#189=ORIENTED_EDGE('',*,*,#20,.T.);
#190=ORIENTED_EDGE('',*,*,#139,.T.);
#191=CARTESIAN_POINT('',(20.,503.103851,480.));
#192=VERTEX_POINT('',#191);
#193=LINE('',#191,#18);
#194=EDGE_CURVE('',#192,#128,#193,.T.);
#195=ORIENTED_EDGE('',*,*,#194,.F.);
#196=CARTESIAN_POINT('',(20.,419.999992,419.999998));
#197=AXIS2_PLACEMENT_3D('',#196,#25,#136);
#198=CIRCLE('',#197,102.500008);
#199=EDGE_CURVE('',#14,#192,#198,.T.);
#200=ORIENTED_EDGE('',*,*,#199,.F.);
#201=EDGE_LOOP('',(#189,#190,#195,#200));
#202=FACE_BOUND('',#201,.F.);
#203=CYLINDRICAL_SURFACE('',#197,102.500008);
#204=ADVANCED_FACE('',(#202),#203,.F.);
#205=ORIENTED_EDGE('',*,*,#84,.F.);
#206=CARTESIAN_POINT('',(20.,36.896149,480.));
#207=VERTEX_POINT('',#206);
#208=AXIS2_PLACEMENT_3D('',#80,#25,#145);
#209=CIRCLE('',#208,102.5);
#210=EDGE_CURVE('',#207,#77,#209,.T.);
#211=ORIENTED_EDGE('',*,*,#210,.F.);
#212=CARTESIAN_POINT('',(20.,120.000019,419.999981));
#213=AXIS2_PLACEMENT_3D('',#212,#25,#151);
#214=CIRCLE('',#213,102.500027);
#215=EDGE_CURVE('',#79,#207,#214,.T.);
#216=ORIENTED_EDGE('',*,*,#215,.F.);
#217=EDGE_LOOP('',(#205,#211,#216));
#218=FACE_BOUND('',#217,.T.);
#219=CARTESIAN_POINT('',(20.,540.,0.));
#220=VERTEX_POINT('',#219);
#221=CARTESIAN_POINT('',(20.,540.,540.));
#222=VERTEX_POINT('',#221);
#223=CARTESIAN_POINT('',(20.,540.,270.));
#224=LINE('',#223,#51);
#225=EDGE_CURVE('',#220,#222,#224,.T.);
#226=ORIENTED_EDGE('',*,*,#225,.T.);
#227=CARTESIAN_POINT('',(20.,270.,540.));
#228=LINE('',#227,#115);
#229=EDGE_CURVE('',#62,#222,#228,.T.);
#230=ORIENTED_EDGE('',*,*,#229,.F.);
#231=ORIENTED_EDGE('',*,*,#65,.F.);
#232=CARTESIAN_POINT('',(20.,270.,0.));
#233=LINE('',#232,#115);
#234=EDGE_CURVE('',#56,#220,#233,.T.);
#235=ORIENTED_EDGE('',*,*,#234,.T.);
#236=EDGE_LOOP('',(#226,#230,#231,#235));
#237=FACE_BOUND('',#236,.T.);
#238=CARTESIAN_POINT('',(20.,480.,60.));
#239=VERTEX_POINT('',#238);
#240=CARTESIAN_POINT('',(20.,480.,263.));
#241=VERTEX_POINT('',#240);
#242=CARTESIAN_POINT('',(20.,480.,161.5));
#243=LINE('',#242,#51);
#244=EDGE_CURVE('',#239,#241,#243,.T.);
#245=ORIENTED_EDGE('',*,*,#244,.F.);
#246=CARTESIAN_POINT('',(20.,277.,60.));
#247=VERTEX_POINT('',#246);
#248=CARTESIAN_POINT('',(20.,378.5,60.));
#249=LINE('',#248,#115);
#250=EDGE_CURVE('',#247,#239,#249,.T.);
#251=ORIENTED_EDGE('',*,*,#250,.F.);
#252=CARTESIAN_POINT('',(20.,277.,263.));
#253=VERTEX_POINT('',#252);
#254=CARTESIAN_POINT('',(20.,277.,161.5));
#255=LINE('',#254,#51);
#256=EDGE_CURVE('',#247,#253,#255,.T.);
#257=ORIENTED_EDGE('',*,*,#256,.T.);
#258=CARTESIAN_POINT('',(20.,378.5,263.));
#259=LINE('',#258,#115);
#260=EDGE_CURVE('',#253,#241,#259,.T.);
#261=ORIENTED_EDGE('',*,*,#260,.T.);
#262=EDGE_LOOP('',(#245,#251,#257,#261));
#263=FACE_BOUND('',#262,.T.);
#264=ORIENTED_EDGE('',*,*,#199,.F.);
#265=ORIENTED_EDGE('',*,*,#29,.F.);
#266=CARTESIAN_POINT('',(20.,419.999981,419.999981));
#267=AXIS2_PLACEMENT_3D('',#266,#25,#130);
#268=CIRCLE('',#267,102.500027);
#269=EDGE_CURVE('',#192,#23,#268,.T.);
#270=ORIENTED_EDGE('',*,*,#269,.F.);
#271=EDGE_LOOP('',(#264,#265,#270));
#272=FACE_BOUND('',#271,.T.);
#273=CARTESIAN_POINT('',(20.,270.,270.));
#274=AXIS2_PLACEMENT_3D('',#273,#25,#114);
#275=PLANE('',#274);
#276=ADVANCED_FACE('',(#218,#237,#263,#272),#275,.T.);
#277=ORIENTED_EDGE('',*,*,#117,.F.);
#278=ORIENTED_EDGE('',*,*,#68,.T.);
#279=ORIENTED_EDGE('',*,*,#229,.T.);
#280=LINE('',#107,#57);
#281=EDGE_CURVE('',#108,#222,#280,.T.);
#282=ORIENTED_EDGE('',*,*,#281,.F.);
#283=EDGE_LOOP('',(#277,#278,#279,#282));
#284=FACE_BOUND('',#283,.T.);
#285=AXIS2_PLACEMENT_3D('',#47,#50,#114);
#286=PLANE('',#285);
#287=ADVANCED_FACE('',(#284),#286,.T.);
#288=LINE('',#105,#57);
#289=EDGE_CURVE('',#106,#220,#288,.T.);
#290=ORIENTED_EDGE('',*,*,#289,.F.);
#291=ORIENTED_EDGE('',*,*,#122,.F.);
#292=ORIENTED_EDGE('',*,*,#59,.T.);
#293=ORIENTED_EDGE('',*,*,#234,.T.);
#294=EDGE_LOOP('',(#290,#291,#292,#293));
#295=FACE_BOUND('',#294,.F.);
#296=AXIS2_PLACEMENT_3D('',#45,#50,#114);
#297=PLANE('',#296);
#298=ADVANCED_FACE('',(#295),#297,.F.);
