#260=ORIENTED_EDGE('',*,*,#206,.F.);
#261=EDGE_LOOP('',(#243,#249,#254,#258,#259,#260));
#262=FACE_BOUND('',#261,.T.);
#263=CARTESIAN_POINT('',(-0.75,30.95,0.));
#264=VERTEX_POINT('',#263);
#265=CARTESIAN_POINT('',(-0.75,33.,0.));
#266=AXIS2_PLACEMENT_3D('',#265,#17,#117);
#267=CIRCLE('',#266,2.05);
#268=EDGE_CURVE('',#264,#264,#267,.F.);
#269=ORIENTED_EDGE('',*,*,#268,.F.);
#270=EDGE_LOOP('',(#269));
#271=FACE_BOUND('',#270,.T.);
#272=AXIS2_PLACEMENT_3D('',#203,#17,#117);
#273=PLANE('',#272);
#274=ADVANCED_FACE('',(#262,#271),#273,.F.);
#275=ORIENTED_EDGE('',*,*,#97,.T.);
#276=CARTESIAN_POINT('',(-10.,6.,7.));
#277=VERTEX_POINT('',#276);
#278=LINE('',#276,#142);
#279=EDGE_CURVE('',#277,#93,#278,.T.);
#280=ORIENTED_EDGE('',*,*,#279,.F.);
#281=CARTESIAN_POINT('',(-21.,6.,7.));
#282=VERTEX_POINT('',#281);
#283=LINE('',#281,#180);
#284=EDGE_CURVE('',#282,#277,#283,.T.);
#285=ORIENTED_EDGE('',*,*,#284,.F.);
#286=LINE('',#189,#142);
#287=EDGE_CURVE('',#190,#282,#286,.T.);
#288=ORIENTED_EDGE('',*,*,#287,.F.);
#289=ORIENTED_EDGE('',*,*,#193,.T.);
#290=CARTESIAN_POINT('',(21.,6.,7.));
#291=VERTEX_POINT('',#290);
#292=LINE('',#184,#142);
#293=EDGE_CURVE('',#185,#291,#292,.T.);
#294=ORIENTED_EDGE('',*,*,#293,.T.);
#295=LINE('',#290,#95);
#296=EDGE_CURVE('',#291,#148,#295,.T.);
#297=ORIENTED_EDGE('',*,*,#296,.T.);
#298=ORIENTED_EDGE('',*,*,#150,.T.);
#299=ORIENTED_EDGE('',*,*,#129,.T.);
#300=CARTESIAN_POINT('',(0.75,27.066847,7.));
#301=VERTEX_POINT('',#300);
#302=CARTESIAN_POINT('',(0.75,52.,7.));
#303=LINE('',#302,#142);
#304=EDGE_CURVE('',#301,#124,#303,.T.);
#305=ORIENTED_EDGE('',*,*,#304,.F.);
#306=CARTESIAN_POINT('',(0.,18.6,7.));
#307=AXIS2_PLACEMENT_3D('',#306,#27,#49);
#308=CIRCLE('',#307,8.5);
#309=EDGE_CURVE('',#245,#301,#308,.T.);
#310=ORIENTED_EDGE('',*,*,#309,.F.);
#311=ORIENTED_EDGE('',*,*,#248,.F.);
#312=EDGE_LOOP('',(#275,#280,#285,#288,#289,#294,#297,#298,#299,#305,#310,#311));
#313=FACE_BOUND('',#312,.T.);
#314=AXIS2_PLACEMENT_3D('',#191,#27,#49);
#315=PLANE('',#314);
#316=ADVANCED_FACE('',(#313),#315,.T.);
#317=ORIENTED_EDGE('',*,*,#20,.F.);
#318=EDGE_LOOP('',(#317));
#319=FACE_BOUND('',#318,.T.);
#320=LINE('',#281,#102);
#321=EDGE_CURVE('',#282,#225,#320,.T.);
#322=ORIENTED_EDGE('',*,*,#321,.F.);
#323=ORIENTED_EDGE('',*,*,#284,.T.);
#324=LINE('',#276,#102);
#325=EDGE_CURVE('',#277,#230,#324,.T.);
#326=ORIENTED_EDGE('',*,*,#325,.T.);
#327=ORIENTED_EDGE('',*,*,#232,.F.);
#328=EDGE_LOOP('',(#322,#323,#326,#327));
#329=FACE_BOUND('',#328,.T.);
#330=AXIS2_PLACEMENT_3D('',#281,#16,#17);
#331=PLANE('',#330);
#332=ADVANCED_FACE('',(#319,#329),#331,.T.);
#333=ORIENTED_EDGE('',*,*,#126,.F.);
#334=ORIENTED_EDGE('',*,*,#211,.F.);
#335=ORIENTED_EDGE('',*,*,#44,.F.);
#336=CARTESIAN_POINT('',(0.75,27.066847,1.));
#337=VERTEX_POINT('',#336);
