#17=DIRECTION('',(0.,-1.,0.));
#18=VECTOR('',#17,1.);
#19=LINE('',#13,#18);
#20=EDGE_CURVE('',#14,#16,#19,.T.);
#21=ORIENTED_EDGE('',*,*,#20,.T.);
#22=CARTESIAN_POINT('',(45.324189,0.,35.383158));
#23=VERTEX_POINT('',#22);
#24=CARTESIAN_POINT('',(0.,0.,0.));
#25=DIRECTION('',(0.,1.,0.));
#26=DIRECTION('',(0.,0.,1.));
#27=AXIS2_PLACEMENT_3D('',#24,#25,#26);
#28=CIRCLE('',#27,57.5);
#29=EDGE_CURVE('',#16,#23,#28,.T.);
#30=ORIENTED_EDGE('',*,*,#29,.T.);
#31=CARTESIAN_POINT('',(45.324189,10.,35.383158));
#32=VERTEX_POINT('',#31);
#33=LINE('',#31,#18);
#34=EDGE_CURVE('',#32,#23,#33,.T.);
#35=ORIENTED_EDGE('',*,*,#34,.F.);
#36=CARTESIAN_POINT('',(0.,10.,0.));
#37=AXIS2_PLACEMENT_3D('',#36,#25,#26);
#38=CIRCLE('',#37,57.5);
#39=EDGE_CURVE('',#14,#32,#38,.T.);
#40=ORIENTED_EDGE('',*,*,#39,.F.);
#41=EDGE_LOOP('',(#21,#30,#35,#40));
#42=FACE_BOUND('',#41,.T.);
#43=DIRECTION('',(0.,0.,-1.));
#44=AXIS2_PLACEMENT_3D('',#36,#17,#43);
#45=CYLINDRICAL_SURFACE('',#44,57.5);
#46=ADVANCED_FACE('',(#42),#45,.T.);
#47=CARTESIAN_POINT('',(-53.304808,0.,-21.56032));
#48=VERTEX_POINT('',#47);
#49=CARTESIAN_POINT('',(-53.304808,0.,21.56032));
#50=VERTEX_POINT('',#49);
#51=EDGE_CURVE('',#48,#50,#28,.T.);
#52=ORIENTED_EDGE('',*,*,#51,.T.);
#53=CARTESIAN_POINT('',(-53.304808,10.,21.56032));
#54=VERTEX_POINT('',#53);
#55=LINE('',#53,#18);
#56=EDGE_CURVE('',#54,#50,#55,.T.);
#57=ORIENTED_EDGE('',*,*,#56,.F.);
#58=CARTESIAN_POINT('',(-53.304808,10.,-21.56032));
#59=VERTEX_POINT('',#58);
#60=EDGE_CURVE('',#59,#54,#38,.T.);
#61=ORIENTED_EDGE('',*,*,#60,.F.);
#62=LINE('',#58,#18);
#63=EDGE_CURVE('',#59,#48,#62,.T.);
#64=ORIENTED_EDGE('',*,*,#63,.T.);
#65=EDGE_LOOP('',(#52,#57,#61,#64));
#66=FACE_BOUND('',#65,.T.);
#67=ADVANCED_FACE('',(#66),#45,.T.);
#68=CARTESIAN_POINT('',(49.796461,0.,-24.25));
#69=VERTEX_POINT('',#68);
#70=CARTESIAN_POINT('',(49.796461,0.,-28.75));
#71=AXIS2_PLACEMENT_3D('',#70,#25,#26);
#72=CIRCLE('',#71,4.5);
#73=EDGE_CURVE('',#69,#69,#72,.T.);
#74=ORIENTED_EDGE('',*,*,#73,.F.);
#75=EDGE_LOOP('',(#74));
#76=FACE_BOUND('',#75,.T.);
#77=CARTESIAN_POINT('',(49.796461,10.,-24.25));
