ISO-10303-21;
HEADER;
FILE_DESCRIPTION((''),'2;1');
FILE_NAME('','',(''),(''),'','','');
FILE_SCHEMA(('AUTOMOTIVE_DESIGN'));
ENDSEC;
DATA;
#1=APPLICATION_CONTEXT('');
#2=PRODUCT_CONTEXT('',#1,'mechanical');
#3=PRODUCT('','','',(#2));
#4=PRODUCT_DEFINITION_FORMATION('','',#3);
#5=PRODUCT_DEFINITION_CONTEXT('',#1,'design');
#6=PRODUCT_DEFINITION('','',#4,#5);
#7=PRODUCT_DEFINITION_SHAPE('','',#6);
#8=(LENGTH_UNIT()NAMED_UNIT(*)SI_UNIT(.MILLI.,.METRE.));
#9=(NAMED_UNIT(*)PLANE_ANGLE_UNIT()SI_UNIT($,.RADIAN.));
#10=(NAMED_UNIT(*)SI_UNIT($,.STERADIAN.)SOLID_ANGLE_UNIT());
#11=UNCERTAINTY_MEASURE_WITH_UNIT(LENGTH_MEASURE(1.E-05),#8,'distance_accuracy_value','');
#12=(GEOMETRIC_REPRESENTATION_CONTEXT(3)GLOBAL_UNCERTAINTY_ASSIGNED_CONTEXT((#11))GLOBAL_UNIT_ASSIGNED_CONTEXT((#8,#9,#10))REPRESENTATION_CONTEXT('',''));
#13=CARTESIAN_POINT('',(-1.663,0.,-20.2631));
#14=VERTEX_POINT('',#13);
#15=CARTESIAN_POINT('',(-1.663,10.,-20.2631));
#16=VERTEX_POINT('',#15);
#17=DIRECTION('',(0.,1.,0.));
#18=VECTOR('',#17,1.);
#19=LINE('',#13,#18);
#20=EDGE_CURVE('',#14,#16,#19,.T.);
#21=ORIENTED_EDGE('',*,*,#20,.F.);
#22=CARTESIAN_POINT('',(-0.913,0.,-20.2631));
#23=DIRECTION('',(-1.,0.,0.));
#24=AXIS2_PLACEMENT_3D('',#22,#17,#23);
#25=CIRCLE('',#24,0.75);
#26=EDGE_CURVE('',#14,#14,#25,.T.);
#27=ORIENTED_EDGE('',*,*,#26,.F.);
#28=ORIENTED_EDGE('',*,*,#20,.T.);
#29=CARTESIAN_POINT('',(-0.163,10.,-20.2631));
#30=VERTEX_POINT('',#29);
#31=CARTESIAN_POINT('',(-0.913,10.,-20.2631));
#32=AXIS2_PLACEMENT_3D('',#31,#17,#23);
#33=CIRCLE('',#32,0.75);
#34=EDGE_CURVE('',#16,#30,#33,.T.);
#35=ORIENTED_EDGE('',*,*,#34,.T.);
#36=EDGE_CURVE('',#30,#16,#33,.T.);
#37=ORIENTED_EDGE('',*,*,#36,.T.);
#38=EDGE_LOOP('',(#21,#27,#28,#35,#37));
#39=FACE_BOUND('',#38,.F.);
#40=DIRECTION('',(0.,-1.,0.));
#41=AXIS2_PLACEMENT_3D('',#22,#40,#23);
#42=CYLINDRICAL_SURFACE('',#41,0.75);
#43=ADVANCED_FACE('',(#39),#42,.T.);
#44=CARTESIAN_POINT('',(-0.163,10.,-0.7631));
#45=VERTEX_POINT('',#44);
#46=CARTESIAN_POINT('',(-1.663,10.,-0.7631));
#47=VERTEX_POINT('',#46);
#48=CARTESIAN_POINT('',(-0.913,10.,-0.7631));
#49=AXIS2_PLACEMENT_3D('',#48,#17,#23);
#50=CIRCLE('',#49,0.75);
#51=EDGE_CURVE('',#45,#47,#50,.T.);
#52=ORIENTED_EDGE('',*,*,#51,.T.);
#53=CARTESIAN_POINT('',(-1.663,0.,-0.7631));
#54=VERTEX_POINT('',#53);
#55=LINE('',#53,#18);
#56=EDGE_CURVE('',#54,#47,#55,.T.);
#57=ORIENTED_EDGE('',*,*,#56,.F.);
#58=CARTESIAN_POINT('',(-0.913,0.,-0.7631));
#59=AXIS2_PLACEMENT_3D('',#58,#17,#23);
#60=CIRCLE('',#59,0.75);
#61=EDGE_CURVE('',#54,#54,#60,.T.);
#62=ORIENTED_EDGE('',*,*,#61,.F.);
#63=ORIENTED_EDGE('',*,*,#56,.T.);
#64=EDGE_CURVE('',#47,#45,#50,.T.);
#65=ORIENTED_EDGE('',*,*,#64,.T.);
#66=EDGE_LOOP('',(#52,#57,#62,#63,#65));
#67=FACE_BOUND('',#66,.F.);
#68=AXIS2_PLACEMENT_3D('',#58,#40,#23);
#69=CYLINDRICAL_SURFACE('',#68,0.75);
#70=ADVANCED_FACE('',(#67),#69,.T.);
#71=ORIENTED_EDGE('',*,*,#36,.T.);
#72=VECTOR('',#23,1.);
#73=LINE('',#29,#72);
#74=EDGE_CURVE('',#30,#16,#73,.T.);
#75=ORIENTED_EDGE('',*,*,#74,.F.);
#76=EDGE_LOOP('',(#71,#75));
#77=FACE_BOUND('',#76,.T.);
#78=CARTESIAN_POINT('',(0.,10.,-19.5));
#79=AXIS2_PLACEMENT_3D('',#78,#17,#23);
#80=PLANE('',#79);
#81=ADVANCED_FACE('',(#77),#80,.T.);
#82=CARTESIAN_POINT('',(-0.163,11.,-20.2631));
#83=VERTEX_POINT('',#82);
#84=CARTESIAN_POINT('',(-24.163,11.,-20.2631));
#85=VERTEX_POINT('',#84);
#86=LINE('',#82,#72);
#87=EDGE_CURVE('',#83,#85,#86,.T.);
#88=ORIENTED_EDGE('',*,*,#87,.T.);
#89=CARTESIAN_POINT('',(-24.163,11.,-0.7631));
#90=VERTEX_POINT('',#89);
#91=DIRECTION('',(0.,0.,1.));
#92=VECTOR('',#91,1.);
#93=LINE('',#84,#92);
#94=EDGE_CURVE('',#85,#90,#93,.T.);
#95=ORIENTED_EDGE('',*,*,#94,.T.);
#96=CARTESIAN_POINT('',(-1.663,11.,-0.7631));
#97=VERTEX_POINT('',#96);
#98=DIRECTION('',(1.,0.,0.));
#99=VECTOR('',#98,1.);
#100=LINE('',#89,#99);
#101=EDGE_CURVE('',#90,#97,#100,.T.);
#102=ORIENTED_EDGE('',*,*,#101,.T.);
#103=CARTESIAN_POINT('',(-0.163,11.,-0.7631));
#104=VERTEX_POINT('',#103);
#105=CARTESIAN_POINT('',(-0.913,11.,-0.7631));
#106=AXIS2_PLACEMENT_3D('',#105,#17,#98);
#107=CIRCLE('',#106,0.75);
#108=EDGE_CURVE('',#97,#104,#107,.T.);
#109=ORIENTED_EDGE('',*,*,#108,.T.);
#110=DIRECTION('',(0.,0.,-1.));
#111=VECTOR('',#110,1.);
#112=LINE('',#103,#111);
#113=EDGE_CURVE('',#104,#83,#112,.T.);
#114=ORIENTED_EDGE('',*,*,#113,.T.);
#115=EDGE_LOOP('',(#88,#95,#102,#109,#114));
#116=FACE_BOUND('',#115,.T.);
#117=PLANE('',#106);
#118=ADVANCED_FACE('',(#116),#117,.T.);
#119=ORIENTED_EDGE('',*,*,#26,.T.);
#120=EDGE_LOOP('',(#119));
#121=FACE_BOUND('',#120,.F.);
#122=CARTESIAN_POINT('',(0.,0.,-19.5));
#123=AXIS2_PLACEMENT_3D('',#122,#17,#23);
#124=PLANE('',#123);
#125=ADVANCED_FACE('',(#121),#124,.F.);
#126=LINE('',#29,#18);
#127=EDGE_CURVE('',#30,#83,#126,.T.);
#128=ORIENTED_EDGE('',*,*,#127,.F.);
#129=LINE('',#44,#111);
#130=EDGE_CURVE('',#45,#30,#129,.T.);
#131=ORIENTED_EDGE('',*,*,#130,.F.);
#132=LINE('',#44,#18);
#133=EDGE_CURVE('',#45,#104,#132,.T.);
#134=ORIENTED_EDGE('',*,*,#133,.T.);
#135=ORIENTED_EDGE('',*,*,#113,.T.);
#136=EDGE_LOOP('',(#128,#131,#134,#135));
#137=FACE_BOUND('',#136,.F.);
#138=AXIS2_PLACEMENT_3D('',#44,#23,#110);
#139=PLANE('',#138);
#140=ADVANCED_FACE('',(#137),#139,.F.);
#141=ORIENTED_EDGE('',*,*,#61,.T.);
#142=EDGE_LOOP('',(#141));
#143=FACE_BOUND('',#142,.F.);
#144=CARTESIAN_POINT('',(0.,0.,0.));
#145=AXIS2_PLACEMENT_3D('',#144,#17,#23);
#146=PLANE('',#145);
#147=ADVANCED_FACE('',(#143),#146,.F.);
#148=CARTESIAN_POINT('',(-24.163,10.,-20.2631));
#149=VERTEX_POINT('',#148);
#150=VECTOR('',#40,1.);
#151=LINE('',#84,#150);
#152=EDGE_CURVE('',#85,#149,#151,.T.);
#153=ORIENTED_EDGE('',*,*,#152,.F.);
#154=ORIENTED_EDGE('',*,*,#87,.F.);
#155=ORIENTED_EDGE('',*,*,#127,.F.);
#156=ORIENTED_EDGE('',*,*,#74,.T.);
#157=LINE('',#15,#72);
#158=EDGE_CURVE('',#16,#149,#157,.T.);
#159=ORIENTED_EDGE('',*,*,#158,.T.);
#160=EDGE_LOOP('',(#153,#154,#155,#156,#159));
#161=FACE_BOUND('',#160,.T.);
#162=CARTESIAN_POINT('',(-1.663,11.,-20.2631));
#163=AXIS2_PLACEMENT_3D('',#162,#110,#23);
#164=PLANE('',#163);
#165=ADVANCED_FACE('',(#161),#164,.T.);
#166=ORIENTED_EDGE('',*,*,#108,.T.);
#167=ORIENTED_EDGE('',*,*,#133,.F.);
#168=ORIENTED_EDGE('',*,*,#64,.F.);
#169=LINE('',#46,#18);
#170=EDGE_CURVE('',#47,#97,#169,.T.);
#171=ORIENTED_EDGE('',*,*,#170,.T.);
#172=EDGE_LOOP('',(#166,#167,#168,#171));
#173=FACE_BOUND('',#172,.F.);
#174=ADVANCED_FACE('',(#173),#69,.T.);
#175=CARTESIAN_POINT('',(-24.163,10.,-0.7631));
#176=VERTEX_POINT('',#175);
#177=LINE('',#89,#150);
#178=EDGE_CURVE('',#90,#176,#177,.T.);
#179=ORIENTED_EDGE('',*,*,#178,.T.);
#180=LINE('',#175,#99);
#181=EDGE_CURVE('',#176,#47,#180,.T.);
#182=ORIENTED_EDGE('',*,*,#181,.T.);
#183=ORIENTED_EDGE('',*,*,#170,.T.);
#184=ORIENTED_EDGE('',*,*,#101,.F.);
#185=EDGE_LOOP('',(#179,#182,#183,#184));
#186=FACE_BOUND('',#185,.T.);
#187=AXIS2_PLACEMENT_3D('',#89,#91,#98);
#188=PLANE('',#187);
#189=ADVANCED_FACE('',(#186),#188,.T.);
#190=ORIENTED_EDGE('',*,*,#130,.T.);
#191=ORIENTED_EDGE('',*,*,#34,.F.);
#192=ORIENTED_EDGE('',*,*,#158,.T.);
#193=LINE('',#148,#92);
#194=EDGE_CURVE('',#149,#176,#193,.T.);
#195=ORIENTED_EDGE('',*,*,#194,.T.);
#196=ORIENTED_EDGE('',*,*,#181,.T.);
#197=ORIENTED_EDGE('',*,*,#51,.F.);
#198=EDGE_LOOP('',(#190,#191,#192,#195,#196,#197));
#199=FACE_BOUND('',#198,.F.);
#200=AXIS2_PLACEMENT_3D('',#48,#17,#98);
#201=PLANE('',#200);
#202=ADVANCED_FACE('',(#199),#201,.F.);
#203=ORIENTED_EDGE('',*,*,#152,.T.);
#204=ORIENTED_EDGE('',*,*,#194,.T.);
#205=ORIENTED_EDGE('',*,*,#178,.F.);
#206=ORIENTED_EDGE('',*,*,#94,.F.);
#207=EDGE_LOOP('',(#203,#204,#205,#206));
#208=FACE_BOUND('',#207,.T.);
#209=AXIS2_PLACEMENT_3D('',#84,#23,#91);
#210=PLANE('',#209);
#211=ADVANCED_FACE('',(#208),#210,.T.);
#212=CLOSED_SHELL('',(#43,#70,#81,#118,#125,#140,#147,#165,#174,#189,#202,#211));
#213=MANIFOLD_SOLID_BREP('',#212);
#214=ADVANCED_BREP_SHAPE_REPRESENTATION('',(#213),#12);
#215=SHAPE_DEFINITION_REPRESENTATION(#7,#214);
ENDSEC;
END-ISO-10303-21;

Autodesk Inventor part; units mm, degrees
ref_plane "YZ Plane" through (0, 0, 0) normal (1, 0, 0) x (0, 1, 0)
ref_plane "XZ Plane" through (0, 0, 0) normal (0, 1, 0) x (-1, 0, 0)
ref_plane "XY Plane" through (0, 0, 0) normal (0, 0, 1) x (1, 0, 0)
sketch "草圖1" plane through (0, 0, 0) normal (0, 1, 0) x (-1, 0, 0)
  circle A0 centre (0.913, -0.7631) radius 0.75
  point P0 (0, 0)
  dimension "d0" = 1.5
extrude "擠出1" add sketch "草圖1" along normal blind 10
sketch "草圖2" plane through (-0.913, 10, -0.7631) normal (0, 1, 0) x (1, 0, 0)
  circle A0 centre (0, 0) radius 0.75 projected
  line L0 (-0.75, 0) -> (0.75, 0)
  line L1 (0.75, 0) -> (0.75, 19.5)
  line L2 (0.75, 19.5) -> (-0.75, 19.5)
  line L3 (-0.75, 19.5) -> (-0.75, 0)
  circle A1 centre (0, 0) radius 0.75 projected
  point P0 (0.913, -0.7631)
  dimension "d3" = 19.5
extrude "擠出2" add sketch "草圖2" along normal blind 1
pattern_linear "矩形陣列1" count 2 spacing 19.5 along (0, 0, -1) of "擠出1"
sketch "草圖3" plane through (-0.913, 11, -0.7631) normal (0, 1, 0) x (1, 0, 0)
  circle A0 centre (0, 19.5) radius 0.75 projected
  line L0 (-0.75, 19.5) -> (-23.25, 19.5)
  line L1 (-23.25, 19.5) -> (-23.25, 0)
  line L2 (-23.25, 0) -> (-0.75, 0)
  line L3 (-0.75, 0) -> (-0.75, 19.5)
  line L4 (0.75, 0) -> (0.75, 19.5) projected
  point P0 (0.913, -0.7631)
  point P1 (-0.75, 0)
  dimension "d9" = 24
extrude "擠出3" add sketch "草圖3" against normal up to surface (1 mm away) contours L3 L2 L1 L0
• • • •
Look above for the line with "#242=CARTESIAN_POINT('',(20.,480.,161.5));"; retype exactly that line, every line after it up to the line with "#275=PLANE('',#274);", and that line too, nothing else.

■ THE ANSWER:
#242=CARTESIAN_POINT('',(20.,480.,161.5));
#243=LINE('',#242,#51);
#244=EDGE_CURVE('',#239,#241,#243,.T.);
#245=ORIENTED_EDGE('',*,*,#244,.F.);
#246=CARTESIAN_POINT('',(20.,277.,60.));
#247=VERTEX_POINT('',#246);
#248=CARTESIAN_POINT('',(20.,378.5,60.));
#249=LINE('',#248,#115);
#250=EDGE_CURVE('',#247,#239,#249,.T.);
#251=ORIENTED_EDGE('',*,*,#250,.F.);
#252=CARTESIAN_POINT('',(20.,277.,263.));
#253=VERTEX_POINT('',#252);
#254=CARTESIAN_POINT('',(20.,277.,161.5));
#255=LINE('',#254,#51);
#256=EDGE_CURVE('',#247,#253,#255,.T.);
#257=ORIENTED_EDGE('',*,*,#256,.T.);
#258=CARTESIAN_POINT('',(20.,378.5,263.));
#259=LINE('',#258,#115);
#260=EDGE_CURVE('',#253,#241,#259,.T.);
#261=ORIENTED_EDGE('',*,*,#260,.T.);
#262=EDGE_LOOP('',(#245,#251,#257,#261));
#263=FACE_BOUND('',#262,.T.);
#264=ORIENTED_EDGE('',*,*,#199,.F.);
#265=ORIENTED_EDGE('',*,*,#29,.F.);
#266=CARTESIAN_POINT('',(20.,419.999981,419.999981));
#267=AXIS2_PLACEMENT_3D('',#266,#25,#130);
#268=CIRCLE('',#267,102.500027);
#269=EDGE_CURVE('',#192,#23,#268,.T.);
#270=ORIENTED_EDGE('',*,*,#269,.F.);
#271=EDGE_LOOP('',(#264,#265,#270));
#272=FACE_BOUND('',#271,.T.);
#273=CARTESIAN_POINT('',(20.,270.,270.));
#274=AXIS2_PLACEMENT_3D('',#273,#25,#114);
#275=PLANE('',#274);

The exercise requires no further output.